• **DIRECTIONS FOR THIS TASK**
Every line in the data below from the one containing "f 179 181 487" down to the one containing "f 72 498 499", both included, must be retyped exactly; no other line is to appear.
═════ DATA FOR THIS TASK
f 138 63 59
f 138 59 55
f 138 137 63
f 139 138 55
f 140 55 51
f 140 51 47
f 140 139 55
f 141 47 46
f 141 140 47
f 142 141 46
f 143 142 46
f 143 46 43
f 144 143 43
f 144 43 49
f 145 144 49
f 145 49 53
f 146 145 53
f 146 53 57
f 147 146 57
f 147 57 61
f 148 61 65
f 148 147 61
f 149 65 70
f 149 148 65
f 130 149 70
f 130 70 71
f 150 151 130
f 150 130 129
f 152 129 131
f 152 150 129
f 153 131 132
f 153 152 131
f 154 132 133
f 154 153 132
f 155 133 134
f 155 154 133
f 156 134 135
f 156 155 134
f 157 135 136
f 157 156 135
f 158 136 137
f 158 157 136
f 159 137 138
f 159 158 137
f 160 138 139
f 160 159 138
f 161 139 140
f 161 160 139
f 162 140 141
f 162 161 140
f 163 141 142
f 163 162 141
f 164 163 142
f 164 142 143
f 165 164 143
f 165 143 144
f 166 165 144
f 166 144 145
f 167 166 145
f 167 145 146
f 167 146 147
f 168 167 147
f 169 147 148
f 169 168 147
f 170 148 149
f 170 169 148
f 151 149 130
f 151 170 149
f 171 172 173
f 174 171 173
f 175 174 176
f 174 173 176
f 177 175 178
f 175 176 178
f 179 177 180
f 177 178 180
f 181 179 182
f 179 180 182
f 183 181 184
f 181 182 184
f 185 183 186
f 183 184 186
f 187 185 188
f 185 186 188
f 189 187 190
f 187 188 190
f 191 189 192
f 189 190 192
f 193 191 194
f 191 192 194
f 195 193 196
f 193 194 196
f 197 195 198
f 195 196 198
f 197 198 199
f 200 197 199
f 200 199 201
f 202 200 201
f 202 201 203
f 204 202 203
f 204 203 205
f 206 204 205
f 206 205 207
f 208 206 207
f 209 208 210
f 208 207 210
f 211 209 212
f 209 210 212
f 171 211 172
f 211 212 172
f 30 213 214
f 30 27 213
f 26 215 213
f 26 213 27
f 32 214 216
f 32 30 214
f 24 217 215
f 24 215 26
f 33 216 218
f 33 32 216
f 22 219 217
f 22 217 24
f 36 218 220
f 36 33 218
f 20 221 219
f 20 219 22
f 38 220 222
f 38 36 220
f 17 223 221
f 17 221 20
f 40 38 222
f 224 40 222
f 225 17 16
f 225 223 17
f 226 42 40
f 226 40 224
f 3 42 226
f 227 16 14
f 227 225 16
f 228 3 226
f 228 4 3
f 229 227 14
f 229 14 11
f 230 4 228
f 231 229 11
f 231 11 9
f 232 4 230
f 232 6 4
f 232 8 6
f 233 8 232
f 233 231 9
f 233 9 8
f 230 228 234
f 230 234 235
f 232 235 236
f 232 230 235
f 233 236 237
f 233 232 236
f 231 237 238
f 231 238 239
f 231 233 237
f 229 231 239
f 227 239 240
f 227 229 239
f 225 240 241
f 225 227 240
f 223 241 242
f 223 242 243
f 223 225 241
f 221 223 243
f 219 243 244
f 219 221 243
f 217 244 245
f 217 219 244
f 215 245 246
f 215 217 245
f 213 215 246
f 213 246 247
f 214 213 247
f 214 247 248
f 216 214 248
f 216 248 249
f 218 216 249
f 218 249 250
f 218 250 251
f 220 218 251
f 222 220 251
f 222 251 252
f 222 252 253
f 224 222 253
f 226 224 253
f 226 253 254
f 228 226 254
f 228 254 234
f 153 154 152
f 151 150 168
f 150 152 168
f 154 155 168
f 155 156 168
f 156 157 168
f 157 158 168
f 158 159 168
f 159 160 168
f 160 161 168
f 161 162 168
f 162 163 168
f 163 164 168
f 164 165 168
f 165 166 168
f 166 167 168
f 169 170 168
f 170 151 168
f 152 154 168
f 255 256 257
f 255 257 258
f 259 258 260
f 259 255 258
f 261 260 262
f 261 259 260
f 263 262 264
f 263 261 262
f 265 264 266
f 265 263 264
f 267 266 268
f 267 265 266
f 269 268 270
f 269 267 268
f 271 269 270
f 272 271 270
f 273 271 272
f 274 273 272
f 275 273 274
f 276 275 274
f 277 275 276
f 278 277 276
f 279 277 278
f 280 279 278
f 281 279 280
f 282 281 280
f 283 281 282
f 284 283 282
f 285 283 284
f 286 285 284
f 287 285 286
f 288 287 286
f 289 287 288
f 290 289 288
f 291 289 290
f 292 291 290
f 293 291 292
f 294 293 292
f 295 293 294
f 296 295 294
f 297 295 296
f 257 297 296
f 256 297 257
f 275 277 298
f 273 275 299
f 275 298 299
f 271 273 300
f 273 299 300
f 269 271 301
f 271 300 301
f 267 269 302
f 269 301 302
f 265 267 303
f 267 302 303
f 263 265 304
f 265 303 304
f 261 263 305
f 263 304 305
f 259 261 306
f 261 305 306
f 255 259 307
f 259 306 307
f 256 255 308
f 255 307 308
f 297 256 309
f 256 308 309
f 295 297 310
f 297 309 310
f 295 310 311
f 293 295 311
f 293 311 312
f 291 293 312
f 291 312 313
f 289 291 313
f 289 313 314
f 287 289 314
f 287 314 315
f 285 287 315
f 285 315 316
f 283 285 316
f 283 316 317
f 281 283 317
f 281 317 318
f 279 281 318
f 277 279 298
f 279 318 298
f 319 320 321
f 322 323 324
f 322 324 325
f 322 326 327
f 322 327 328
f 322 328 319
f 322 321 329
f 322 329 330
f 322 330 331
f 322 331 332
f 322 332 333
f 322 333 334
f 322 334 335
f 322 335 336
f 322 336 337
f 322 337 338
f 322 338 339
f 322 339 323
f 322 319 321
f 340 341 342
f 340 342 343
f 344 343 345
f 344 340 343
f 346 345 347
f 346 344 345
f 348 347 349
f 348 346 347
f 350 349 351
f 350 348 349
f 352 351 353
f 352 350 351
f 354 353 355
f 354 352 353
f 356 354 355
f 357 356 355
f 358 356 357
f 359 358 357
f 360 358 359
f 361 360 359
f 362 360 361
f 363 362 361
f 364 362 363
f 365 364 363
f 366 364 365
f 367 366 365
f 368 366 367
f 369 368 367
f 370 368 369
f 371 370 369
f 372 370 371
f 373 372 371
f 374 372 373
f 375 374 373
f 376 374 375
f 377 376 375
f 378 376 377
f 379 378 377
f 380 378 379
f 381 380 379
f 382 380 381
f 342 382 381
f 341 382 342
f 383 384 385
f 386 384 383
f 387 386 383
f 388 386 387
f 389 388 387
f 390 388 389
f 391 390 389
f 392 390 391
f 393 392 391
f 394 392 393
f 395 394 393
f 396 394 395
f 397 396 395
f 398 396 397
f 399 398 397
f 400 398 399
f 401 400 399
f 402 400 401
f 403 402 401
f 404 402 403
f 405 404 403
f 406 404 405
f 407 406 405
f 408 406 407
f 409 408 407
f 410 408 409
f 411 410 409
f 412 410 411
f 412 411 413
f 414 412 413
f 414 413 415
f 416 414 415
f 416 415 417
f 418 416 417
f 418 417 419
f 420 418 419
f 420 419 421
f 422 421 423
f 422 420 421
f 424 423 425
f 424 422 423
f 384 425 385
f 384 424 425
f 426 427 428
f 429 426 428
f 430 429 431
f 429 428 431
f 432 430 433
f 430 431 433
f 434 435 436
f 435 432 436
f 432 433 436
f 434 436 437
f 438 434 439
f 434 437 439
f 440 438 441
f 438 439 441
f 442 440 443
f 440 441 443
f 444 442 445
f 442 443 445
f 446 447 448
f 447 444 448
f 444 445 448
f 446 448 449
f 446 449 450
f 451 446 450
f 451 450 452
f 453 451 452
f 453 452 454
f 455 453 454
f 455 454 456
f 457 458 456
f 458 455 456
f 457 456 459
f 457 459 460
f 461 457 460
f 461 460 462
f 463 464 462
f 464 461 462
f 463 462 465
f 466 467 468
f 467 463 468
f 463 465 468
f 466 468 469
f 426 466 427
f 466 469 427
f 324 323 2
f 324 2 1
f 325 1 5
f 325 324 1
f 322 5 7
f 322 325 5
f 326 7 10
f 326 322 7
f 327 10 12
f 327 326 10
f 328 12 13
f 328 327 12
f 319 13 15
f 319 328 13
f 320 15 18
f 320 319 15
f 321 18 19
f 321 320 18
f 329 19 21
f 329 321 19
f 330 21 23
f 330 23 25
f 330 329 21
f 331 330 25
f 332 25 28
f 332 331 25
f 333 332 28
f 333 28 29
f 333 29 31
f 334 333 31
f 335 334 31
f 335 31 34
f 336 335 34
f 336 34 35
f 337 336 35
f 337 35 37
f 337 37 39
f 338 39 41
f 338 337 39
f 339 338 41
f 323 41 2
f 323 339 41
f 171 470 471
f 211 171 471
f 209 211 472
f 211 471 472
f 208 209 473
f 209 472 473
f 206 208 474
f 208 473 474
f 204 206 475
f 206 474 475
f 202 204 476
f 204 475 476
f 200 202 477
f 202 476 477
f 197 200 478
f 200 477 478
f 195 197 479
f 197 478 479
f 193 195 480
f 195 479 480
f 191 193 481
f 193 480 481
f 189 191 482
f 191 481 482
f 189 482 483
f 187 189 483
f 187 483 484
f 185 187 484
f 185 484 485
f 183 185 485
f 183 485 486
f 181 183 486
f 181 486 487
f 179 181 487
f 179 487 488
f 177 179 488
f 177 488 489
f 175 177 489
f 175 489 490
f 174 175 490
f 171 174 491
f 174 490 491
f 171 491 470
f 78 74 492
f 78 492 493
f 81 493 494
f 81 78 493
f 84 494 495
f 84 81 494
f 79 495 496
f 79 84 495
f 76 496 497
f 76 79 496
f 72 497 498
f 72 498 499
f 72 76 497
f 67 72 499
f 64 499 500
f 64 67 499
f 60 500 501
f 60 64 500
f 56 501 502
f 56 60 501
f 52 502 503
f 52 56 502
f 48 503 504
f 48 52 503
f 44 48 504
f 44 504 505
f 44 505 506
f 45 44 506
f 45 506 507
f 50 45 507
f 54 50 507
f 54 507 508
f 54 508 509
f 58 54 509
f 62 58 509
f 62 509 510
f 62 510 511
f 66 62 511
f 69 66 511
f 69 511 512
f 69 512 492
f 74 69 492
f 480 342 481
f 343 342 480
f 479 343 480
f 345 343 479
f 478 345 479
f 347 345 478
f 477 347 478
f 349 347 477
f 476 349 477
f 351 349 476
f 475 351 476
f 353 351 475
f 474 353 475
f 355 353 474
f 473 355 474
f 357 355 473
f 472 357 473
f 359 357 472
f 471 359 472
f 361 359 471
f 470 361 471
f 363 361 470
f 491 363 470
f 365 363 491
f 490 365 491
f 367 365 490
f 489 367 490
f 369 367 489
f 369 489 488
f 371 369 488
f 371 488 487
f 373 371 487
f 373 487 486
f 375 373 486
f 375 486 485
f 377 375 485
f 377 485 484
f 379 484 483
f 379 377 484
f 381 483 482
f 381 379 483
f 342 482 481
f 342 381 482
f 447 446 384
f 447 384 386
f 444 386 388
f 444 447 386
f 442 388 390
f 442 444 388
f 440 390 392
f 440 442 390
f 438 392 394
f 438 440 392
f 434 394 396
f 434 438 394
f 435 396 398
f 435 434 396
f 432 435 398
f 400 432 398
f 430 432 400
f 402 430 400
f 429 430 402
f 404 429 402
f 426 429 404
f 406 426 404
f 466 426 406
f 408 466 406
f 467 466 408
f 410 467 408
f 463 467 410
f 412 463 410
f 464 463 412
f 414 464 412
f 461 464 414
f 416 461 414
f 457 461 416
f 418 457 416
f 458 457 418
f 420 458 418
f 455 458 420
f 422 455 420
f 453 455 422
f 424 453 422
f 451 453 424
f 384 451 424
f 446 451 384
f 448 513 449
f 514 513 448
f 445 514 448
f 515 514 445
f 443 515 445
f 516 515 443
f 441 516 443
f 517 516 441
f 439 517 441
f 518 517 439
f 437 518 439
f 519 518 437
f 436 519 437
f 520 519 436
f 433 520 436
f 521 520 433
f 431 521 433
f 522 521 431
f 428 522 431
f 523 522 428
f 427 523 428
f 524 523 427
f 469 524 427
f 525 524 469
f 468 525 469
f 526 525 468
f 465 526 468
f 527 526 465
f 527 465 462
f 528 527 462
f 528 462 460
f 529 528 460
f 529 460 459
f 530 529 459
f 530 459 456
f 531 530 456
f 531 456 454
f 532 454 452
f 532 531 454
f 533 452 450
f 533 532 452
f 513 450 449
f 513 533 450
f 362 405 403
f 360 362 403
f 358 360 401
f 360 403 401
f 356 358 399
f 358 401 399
══════════
• **RESPONSE**
f 179 181 487
f 179 487 488
f 177 179 488
f 177 488 489
f 175 177 489
f 175 489 490
f 174 175 490
f 171 174 491
f 174 490 491
f 171 491 470
f 78 74 492
f 78 492 493
f 81 493 494
f 81 78 493
f 84 494 495
f 84 81 494
f 79 495 496
f 79 84 495
f 76 496 497
f 76 79 496
f 72 497 498
f 72 498 499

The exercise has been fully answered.